# Motor question



## Jon (Jun 18, 2008)

First, I'm a newbie. I want to build an EV someday and I already have a donor vehicle. A 2001 Suzuki Swift 5sp that gets around 40 mpg so I'm in no hurry to convert. I'm waiting for lithium batteries to come down in price, but if I find a good deal on components I could start collecting them now. I wanted to build an AC system since I have an all freeway commute of 20+ miles each way and I was thinking about using a Solectria AC24EV drive system. The motor is rated at 43Kw max/14Kw continuous weighing 84 lbs. Then I saw an Unused Azure Dynamics(solectria) AC55 EV drive system for sale. The AC55 specs are 78Kw max/34 continuous and weighing 234 lbs. What would be the advantages/disadvantages of an over 2.5 larger motor?


----------



## major (Apr 4, 2008)

Jon said:


> What would be the advantages/disadvantages of an over 2.5 larger motor?


Hi Jon,

Advantages---more power, more torque, longer run time/less cooling requirements, maybe a little higher efficiency, more durable, etc.

Disadvantages---bigger, heavier, higher cost.

Bigger motor might eliminate need for multispeed transmission. You'd have to look closely at this.

A lot depends on your performance expectations.

You seldom see someone sorry they went for higher power in the motor.

Regards,

major


----------



## TX_Dj (Jul 25, 2008)

Jon,

If you're looking to keep your cost down (and it sounds like you are) then a DC powerplant may be a more appropriate choice. These systems are typically cheaper, though slightly less efficient overall.

If you used a 9" series-dc motor and a 500a controller with at least 120v pack voltage, I think you would have more than enough power to suit your needs, with far better than 40 mpg equivalent economy... and that's all from lead acid batteries. If you sink the remaining costs associated with the AC drivetrain into the battery price, you can come close to making up the difference with the amount one would pay for lead acid batteries in that car.

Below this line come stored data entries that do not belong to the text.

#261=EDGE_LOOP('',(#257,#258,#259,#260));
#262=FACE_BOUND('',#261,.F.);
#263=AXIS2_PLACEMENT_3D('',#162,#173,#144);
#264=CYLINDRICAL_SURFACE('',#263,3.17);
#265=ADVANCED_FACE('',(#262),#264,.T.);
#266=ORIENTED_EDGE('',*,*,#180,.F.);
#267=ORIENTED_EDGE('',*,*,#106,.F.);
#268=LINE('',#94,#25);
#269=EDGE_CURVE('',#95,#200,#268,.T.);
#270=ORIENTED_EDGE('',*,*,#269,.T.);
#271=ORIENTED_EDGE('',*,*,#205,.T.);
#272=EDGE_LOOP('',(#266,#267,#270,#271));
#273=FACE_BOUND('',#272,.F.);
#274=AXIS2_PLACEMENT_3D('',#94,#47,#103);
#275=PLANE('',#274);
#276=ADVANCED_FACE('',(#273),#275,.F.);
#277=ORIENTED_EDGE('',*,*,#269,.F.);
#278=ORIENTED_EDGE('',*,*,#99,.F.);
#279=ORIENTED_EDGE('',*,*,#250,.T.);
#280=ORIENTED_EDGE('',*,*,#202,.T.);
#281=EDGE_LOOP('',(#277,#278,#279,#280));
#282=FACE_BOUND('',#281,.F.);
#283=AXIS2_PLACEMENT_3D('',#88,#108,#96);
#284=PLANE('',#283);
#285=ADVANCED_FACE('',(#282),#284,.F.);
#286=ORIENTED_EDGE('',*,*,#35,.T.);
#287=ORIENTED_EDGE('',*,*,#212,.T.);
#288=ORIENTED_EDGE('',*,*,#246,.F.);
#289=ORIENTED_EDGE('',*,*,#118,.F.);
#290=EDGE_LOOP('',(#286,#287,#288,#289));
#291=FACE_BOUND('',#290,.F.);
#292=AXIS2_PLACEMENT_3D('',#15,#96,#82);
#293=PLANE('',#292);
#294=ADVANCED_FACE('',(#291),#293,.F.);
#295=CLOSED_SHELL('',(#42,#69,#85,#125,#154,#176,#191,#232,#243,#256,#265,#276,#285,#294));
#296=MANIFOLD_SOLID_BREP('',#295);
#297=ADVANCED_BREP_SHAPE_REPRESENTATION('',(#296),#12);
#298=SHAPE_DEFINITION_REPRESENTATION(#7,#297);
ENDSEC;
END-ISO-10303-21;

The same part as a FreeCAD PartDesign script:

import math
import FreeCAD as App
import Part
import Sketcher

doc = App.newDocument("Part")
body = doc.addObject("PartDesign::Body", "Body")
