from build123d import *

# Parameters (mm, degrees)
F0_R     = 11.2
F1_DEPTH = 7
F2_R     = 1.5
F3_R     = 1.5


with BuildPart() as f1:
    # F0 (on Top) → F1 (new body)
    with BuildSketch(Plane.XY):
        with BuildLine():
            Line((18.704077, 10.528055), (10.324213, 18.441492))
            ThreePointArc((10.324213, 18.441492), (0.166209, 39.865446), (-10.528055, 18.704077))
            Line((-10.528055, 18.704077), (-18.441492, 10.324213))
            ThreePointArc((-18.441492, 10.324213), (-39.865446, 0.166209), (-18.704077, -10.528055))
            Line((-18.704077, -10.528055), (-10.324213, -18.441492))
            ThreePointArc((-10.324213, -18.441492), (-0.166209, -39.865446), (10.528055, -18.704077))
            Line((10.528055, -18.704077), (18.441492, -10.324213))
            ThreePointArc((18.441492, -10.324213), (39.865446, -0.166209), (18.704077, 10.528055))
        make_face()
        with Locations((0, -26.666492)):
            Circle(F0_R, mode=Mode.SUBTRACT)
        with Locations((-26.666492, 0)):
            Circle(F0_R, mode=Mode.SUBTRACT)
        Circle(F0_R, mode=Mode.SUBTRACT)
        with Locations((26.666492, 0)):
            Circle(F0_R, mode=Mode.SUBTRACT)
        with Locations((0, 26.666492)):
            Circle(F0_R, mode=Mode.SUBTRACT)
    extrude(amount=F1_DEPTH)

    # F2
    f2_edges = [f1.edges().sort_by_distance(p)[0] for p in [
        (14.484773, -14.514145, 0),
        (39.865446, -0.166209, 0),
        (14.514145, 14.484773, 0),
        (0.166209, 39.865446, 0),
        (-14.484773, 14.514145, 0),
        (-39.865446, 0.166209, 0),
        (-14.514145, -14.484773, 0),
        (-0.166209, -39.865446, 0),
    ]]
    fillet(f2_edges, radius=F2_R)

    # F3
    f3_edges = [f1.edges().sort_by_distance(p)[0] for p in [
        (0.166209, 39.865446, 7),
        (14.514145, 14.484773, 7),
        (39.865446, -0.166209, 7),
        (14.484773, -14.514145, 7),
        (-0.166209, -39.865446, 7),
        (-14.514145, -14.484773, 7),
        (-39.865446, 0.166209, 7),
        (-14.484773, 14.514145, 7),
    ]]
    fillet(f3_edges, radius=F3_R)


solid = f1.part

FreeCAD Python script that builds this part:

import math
import FreeCAD as App
import Part
import Sketcher


def edges_at(feature, points):
    """Names of the edges that pass closest to the given points."""
    edges = feature.Shape.Edges
    near = lambda p: min(range(len(edges)), key=lambda i: edges[i].distToShape(Part.Vertex(*p))[0])
    return sorted({f"Edge{near(p) + 1}" for p in points})

doc = App.newDocument("Part")
body = doc.addObject("PartDesign::Body", "Body")

# Sketch on XY plane
sketch1 = doc.addObject("Sketcher::SketchObject", "Sketch")
body.addObject(sketch1)
sketch1.AttachmentSupport = (doc.XY_Plane, [""])
sketch1.MapMode = "FlatFace"
sketch1.addGeometry([
    Part.LineSegment(App.Vector(19, 11, 0), App.Vector(10, 18, 0)),  # 0
    Part.ArcOfCircle(Part.Circle(App.Vector(0, 27, 0), App.Vector(0, 0, 1), 13), math.radians(-39), math.radians(217)),  # 1
    Part.LineSegment(App.Vector(-11, 19, 0), App.Vector(-18, 10, 0)),  # 2
    Part.ArcOfCircle(Part.Circle(App.Vector(-27, 0, 0), App.Vector(0, 0, 1), 13), math.radians(51), math.radians(307)),  # 3
    Part.LineSegment(App.Vector(-19, -11, 0), App.Vector(-10, -18, 0)),  # 4
    Part.ArcOfCircle(Part.Circle(App.Vector(0, -27, 0), App.Vector(0, 0, 1), 13), math.radians(141), math.radians(397)),  # 5
    Part.LineSegment(App.Vector(11, -19, 0), App.Vector(18, -10, 0)),  # 6
    Part.ArcOfCircle(Part.Circle(App.Vector(27, 0, 0), App.Vector(0, 0, 1), 13), math.radians(-129), math.radians(127)),  # 7
    Part.Circle(App.Vector(0, -27, 0), App.Vector(0, 0, 1), 11),  # 8
    Part.Circle(App.Vector(-27, 0, 0), App.Vector(0, 0, 1), 11),  # 9
    Part.Circle(App.Vector(0, 0, 0), App.Vector(0, 0, 1), 11),  # 10
    Part.Circle(App.Vector(27, 0, 0), App.Vector(0, 0, 1), 11),  # 11
    Part.Circle(App.Vector(0, 27, 0), App.Vector(0, 0, 1), 11),  # 12
], False)
sketch1.addConstraint([
    Sketcher.Constraint("Coincident", 0, 2, 1, 1),
    Sketcher.Constraint("Coincident", 1, 2, 2, 1),
    Sketcher.Constraint("Coincident", 2, 2, 3, 1),
    Sketcher.Constraint("Coincident", 3, 2, 4, 1),
    Sketcher.Constraint("Coincident", 4, 2, 5, 1),
    Sketcher.Constraint("Coincident", 5, 2, 6, 1),
    Sketcher.Constraint("Coincident", 6, 2, 7, 1),
    Sketcher.Constraint("Coincident", 7, 2, 0, 1),
    Sketcher.Constraint("Coincident", 10, 3, -1, 1),
    Sketcher.Constraint("Coincident", 8, 3, 5, 3),
    Sketcher.Constraint("Coincident", 9, 3, 3, 3),
    Sketcher.Constraint("Coincident", 11, 3, 7, 3),
    Sketcher.Constraint("Coincident", 12, 3, 1, 3),
    Sketcher.Constraint("Equal", 1, 3),
    Sketcher.Constraint("Equal", 3, 5),
    Sketcher.Constraint("Equal", 5, 7),
    Sketcher.Constraint("Equal", 8, 9),
    Sketcher.Constraint("Equal", 9, 10),
    Sketcher.Constraint("Equal", 10, 11),
    Sketcher.Constraint("Equal", 11, 12),
    Sketcher.Constraint("Symmetric", 1, 3, 5, 3, -1, 1),
    Sketcher.Constraint("Symmetric", 3, 3, 7, 3, -1, 1),
    Sketcher.Constraint("PointOnObject", 1, 3, -2),
    Sketcher.Constraint("PointOnObject", 3, 3, -1),
    Sketcher.Constraint("Perpendicular", 0, 2),
    Sketcher.Constraint("Perpendicular", 2, 4),
    Sketcher.Constraint("Perpendicular", 4, 6),
    Sketcher.Constraint("Equal", 0, 2),
    Sketcher.Constraint("Equal", 2, 4),
    Sketcher.Constraint("Equal", 4, 6),
    Sketcher.Constraint("Diameter", 8, 22.4),
    Sketcher.Constraint("Radius", 1, 13.2),
    Sketcher.Constraint("DistanceY", 0, 2, 12, 3, 8.225),
    Sketcher.Constraint("DistanceX", 9, 3, 2, 2, 8.225),
    Sketcher.Constraint("DistanceY", -1, 1, 0, 2, 18.441492),
    Sketcher.Constraint("DistanceX", 1, 2, 0, 2, 20.852268),
])
pad1 = doc.addObject("PartDesign::Pad", "Pad")
body.addObject(pad1)
pad1.Profile = sketch1
pad1.Length = 7
doc.recompute()

fillet = doc.addObject("PartDesign::Fillet", "Fillet")
body.addObject(fillet)
fillet.Base = (pad1, edges_at(pad1, [
    (14.485, -14.514, 0),
    (39.865, -0.166, 0),
    (14.514, 14.485, 0),
    (0.166, 39.865, 0),
    (-14.485, 14.514, 0),
    (-39.865, 0.166, 0),
    (-14.514, -14.485, 0),
    (-0.166, -39.865, 0),
]))
fillet.Radius = 1.5
doc.recompute()

fillet2 = doc.addObject("PartDesign::Fillet", "Fillet001")
body.addObject(fillet2)
fillet2.Base = (fillet, edges_at(fillet, [
    (0.166, 39.865, 7),
    (14.514, 14.485, 7),
    (39.865, -0.166, 7),
    (14.485, -14.514, 7),
    (-0.166, -39.865, 7),
    (-14.514, -14.485, 7),
    (-39.865, 0.166, 7),
    (-14.485, 14.514, 7),
]))
fillet2.Radius = 1.5

doc.recompute()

How many miles per day (on average) do you drive? How many miles maximum do you drive in one day? How many miles maximum in one trip, and how long do you stop over between those trips?

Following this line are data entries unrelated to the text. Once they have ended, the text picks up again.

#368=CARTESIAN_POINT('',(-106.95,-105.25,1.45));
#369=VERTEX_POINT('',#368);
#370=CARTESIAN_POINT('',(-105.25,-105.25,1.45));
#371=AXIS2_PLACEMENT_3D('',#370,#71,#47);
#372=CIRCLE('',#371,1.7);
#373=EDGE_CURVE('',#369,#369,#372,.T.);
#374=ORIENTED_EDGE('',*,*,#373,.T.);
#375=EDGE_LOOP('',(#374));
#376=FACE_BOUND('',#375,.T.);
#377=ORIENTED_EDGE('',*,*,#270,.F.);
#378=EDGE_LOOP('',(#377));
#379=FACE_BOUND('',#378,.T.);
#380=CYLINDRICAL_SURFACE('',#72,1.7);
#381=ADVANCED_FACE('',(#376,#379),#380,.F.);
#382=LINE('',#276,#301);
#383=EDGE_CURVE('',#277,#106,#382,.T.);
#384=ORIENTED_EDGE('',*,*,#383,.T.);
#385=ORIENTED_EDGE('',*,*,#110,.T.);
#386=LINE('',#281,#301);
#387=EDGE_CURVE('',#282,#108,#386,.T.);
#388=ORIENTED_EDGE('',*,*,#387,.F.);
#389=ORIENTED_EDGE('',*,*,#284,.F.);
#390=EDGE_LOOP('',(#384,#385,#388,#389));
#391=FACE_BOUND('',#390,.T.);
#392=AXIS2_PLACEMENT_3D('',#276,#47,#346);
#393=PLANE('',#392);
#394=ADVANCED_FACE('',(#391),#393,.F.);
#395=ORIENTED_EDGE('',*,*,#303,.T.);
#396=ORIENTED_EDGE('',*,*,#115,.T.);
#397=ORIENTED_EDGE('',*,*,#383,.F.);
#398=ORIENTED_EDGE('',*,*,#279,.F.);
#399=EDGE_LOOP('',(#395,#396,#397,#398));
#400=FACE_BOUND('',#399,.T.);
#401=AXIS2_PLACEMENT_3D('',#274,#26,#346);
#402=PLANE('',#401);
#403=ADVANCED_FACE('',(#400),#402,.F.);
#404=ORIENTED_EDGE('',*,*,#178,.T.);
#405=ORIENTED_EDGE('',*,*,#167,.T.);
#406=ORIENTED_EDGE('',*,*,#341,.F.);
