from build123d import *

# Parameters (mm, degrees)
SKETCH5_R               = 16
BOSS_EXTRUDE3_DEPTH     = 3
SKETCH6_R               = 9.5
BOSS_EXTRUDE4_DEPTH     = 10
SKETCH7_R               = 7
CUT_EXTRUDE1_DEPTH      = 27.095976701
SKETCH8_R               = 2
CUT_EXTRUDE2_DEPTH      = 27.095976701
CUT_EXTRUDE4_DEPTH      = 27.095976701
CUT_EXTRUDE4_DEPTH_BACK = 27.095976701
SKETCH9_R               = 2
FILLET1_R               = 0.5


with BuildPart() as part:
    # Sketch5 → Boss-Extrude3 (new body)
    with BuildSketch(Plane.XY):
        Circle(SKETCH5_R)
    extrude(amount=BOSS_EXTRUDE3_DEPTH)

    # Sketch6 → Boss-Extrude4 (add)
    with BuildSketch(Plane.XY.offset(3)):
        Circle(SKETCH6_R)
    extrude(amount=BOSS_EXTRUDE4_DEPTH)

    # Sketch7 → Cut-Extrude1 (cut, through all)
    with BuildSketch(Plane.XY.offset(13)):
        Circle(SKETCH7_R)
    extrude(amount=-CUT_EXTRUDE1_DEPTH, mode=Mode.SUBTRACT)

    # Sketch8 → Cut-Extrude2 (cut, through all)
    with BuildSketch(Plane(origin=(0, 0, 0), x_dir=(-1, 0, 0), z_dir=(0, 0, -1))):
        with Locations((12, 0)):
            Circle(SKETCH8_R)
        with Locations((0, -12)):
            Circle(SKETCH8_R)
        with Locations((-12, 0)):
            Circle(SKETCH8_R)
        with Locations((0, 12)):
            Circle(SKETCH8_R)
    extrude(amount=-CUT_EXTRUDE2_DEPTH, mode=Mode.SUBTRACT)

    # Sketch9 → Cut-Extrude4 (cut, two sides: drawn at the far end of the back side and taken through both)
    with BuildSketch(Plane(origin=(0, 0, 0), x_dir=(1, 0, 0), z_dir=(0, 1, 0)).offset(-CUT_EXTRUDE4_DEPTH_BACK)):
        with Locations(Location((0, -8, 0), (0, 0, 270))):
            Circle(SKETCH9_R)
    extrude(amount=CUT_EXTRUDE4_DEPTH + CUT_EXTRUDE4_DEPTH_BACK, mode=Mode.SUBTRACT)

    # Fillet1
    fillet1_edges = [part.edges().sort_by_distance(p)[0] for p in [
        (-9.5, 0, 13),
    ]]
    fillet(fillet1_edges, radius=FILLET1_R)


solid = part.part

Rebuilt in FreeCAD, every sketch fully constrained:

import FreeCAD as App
import Part
import Sketcher


def edges_at(feature, points):
    """Names of the edges that pass closest to the given points."""
    edges = feature.Shape.Edges
    near = lambda p: min(range(len(edges)), key=lambda i: edges[i].distToShape(Part.Vertex(*p))[0])
    return sorted({f"Edge{near(p) + 1}" for p in points})

doc = App.newDocument("Part")
params = doc.addObject("Spreadsheet::Sheet", "Params")
for row, (alias, value) in enumerate([
    ("sketch1_diameter", "32 mm"),
    ("pad1_length", "3 mm"),
    ("sketch2_diameter", "19 mm"),
    ("pad2_length", "10 mm"),
    ("sketch3_diameter", "14 mm"),
    ("sketch4_diameter", "4 mm"),
    ("sketch5_diameter", "4 mm"),
    ("fillet_radius", "0.5 mm"),
], start=1):
    params.set(f"A{row}", alias)
    params.set(f"B{row}", "=" + value)
    params.setAlias(f"B{row}", alias)

body = doc.addObject("PartDesign::Body", "Body")

# Sketch on XY plane
sketch1 = body.newObject("Sketcher::SketchObject", "Sketch")
sketch1.AttachmentSupport = (doc.getObject("XY_Plane"), [""])
sketch1.MapMode = "FlatFace"
sketch1.addGeometry(Part.Circle(App.Vector(0, 0, 0), App.Vector(0, 0, 1), 16), False)
sketch1.addConstraint([
    Sketcher.Constraint("Coincident", 0, 3, -1, 1),
    Sketcher.Constraint("Diameter", 0, 32.0),
])
sketch1.setExpression("Constraints[1]", "Params.sketch1_diameter")
pad1 = body.newObject("PartDesign::Pad", "Pad")
pad1.Profile = sketch1
pad1.setExpression("Length", "Params.pad1_length")

# Sketch on XY plane
sketch2 = body.newObject("Sketcher::SketchObject", "Sketch001")
sketch2.AttachmentSupport = (doc.getObject("XY_Plane"), [""])
sketch2.MapMode = "FlatFace"
sketch2.AttachmentOffset = App.Placement(App.Vector(0, 0, 3), App.Rotation())
sketch2.addGeometry(Part.Circle(App.Vector(0, 0, 0), App.Vector(0, 0, 1), 10), False)
sketch2.addConstraint([
    Sketcher.Constraint("Coincident", 0, 3, -1, 1),
    Sketcher.Constraint("Diameter", 0, 19.0),
])
sketch2.setExpression("Constraints[1]", "Params.sketch2_diameter")
pad2 = body.newObject("PartDesign::Pad", "Pad001")
pad2.Profile = sketch2
pad2.setExpression("Length", "Params.pad2_length")

# Sketch on XY plane
sketch3 = body.newObject("Sketcher::SketchObject", "Sketch002")
sketch3.AttachmentSupport = (doc.getObject("XY_Plane"), [""])
sketch3.MapMode = "FlatFace"
sketch3.AttachmentOffset = App.Placement(App.Vector(0, 0, 13), App.Rotation())
sketch3.addGeometry(Part.Circle(App.Vector(0, 0, 0), App.Vector(0, 0, 1), 7), False)
sketch3.addConstraint([
    Sketcher.Constraint("Coincident", 0, 3, -1, 1),
    Sketcher.Constraint("Diameter", 0, 14.0),
])
sketch3.setExpression("Constraints[1]", "Params.sketch3_diameter")
pocket1 = body.newObject("PartDesign::Pocket", "Pocket")
pocket1.Profile = sketch3
pocket1.Type = "ThroughAll"

# Sketch on XY plane
sketch4 = body.newObject("Sketcher::SketchObject", "Sketch003")
sketch4.AttachmentSupport = (doc.getObject("XY_Plane"), [""])
sketch4.MapMode = "FlatFace"
sketch4.addGeometry([
    Part.Circle(App.Vector(-12, 0, 0), App.Vector(0, 0, 1), 2),
    Part.Circle(App.Vector(0, -12, 0), App.Vector(0, 0, 1), 2),
    Part.Circle(App.Vector(12, 0, 0), App.Vector(0, 0, 1), 2),
    Part.Circle(App.Vector(0, 12, 0), App.Vector(0, 0, 1), 2),
], False)
sketch4.addConstraint([
    Sketcher.Constraint("Equal", 0, 1),
    Sketcher.Constraint("Equal", 1, 2),
    Sketcher.Constraint("Equal", 2, 3),
    Sketcher.Constraint("Symmetric", 0, 3, 2, 3, -1, 1),
    Sketcher.Constraint("Symmetric", 1, 3, 3, 3, -1, 1),
    Sketcher.Constraint("PointOnObject", 0, 3, -1),
    Sketcher.Constraint("PointOnObject", 1, 3, -2),
    Sketcher.Constraint("Diameter", 0, 4.0),
    Sketcher.Constraint("DistanceX", 0, 3, -1, 1, 12.0),
    Sketcher.Constraint("DistanceY", 1, 3, -1, 1, 12.0),
])
sketch4.setExpression("Constraints[7]", "Params.sketch4_diameter")
pocket2 = body.newObject("PartDesign::Pocket", "Pocket001")
pocket2.Profile = sketch4
pocket2.Type = "ThroughAll"
pocket2.Reversed = True

# Sketch on XZ plane
sketch5 = body.newObject("Sketcher::SketchObject", "Sketch004")
sketch5.AttachmentSupport = (doc.getObject("XZ_Plane"), [""])
sketch5.MapMode = "FlatFace"
sketch5.addGeometry(Part.Circle(App.Vector(0, 8, 0), App.Vector(0, 0, 1), 2), False)
sketch5.addConstraint([
    Sketcher.Constraint("PointOnObject", 0, 3, -2),
    Sketcher.Constraint("Diameter", 0, 4.0),
    Sketcher.Constraint("DistanceY", -1, 1, 0, 3, 8.0),
])
sketch5.setExpression("Constraints[1]", "Params.sketch5_diameter")
pocket3 = body.newObject("PartDesign::Pocket", "Pocket002")
pocket3.Profile = sketch5
pocket3.Type = "ThroughAll"
pocket3.Midplane = True
doc.recompute()

fillet = body.newObject("PartDesign::Fillet", "Fillet")
fillet.Base = (pocket3, edges_at(pocket3, [(-9.5, 0, 13)]))
fillet.setExpression("Radius", "Params.fillet_radius")

doc.recompute()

These are all important questions to consider in conversion. A majority of americans drive less than 25 miles per day. I drive at least 25 miles per day (commute round trip). But on some days I drive as much as 65 miles, but that is broken up in 12.5 - 38 - 12.5 with about 4 hours between each trip, which is a good amount of time to put some kWh back into the pack.


----------



## Jon (Jun 18, 2008)

Thanks for the replies. My commute is 22 interstate miles each way with an 1/2 mile 8% down hill at the end. My thinking is that if I want to commute at 55 - 60 mph then I should have a high voltage system at around 150-200 volts and if I want enough batteries for a round trip commute my Metro won't carry enough lead batteries. So, I need to wait for prices to come down on lithium batteries or a good flux capacitor to be developed. Price is not so much of an issue as long as my wife doesn't find out that I spent 20 grand on a hobby. If I could spread out the purchases she would be more accepting of my quest.


----------



## sailfish11 (Sep 15, 2007)

Jon, not sure if the used AC55 you wrote about is the one on Ebay. If so, one thing to consider is that AC motors need to have specific controllers(inverters) paired with them. As far as I can see (and I've looked a LOT), Electro Automotive is the only place you'll be able to get the controller that goes with that motor.

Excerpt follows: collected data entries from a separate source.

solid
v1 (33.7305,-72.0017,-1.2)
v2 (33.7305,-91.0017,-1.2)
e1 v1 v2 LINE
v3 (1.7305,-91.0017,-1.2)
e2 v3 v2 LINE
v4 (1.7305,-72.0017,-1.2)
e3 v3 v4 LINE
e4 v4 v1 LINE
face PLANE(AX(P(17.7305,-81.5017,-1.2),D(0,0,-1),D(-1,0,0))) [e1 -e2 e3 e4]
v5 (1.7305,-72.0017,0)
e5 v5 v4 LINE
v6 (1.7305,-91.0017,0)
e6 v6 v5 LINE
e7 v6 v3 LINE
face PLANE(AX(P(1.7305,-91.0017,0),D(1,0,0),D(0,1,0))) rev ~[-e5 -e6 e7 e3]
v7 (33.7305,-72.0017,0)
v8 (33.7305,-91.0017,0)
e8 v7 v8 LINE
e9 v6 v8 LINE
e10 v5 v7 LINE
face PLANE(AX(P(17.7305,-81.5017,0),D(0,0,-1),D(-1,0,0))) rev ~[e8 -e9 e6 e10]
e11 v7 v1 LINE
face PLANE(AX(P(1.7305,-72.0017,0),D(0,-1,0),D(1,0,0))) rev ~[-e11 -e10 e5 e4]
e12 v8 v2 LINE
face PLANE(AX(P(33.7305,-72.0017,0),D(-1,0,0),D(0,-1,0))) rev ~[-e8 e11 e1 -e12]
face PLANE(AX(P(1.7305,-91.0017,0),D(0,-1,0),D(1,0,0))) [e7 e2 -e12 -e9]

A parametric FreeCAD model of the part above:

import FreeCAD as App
import Part
import Sketcher
from FreeCAD import Vector
Q = App.Units.Quantity

doc = App.newDocument("Part")
body = doc.addObject("PartDesign::Body", "Body")

# Sketch on XY plane
sketch1 = body.newObject("Sketcher::SketchObject", "Sketch")
sketch1.AttachmentSupport = (doc.getObject("XY_Plane"), [""])
sketch1.MapMode = "FlatFace"
sketch1.addGeometry([
    Part.LineSegment(Vector(33.7305, -91.0017, 0), Vector(33.7305, -72.0017, 0)),
    Part.LineSegment(Vector(33.7305, -72.0017, 0), Vector(1.7305, -72.0017, 0)),
    Part.LineSegment(Vector(1.7305, -72.0017, 0), Vector(1.7305, -91.0017, 0)),
    Part.LineSegment(Vector(1.7305, -91.0017, 0), Vector(33.7305, -91.0017, 0)),
], False)
sketch1.addConstraint([
    Sketcher.Constraint("Coincident", 0, 2, 1, 1),
    Sketcher.Constraint("Coincident", 1, 2, 2, 1),
    Sketcher.Constraint("Coincident", 2, 2, 3, 1),
    Sketcher.Constraint("Coincident", 3, 2, 0, 1),
    Sketcher.Constraint("Vertical", 0),
    Sketcher.Constraint("Horizontal", 1),
    Sketcher.Constraint("Vertical", 2),
    Sketcher.Constraint("Horizontal", 3),
    Sketcher.Constraint("DistanceX", 1, 2, 1, 1, Q("32 mm")),
    Sketcher.Constraint("DistanceY", 0, 1, 0, 2, Q("19 mm")),
    Sketcher.Constraint("DistanceX", -1, 1, 0, 2, Q("33.7305 mm")),
    Sketcher.Constraint("DistanceY", 0, 2, -1, 1, Q("72.0017 mm")),
])
pad1 = body.newObject("PartDesign::Pad", "Pad")
pad1.Profile = sketch1
pad1.Length = 1.2
pad1.Reversed = True

doc.recompute()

EA will sell you the controller, but if the motor is older (as the one on Ebay), you'll have to first send it to Azure Dynamics to have it rebuilt up to current specs (otherwise the controller won't work with it). That costs about $800. Then you can use EA's controller.

Since you're not in any hurry, maybe this is a good option for you and you can save ~$1200 off the price of a new motor. But before you buy, you should definitely check into what else you'll need to do to make it a useable motor -- maybe the one you're looking at comes with a controller.


----------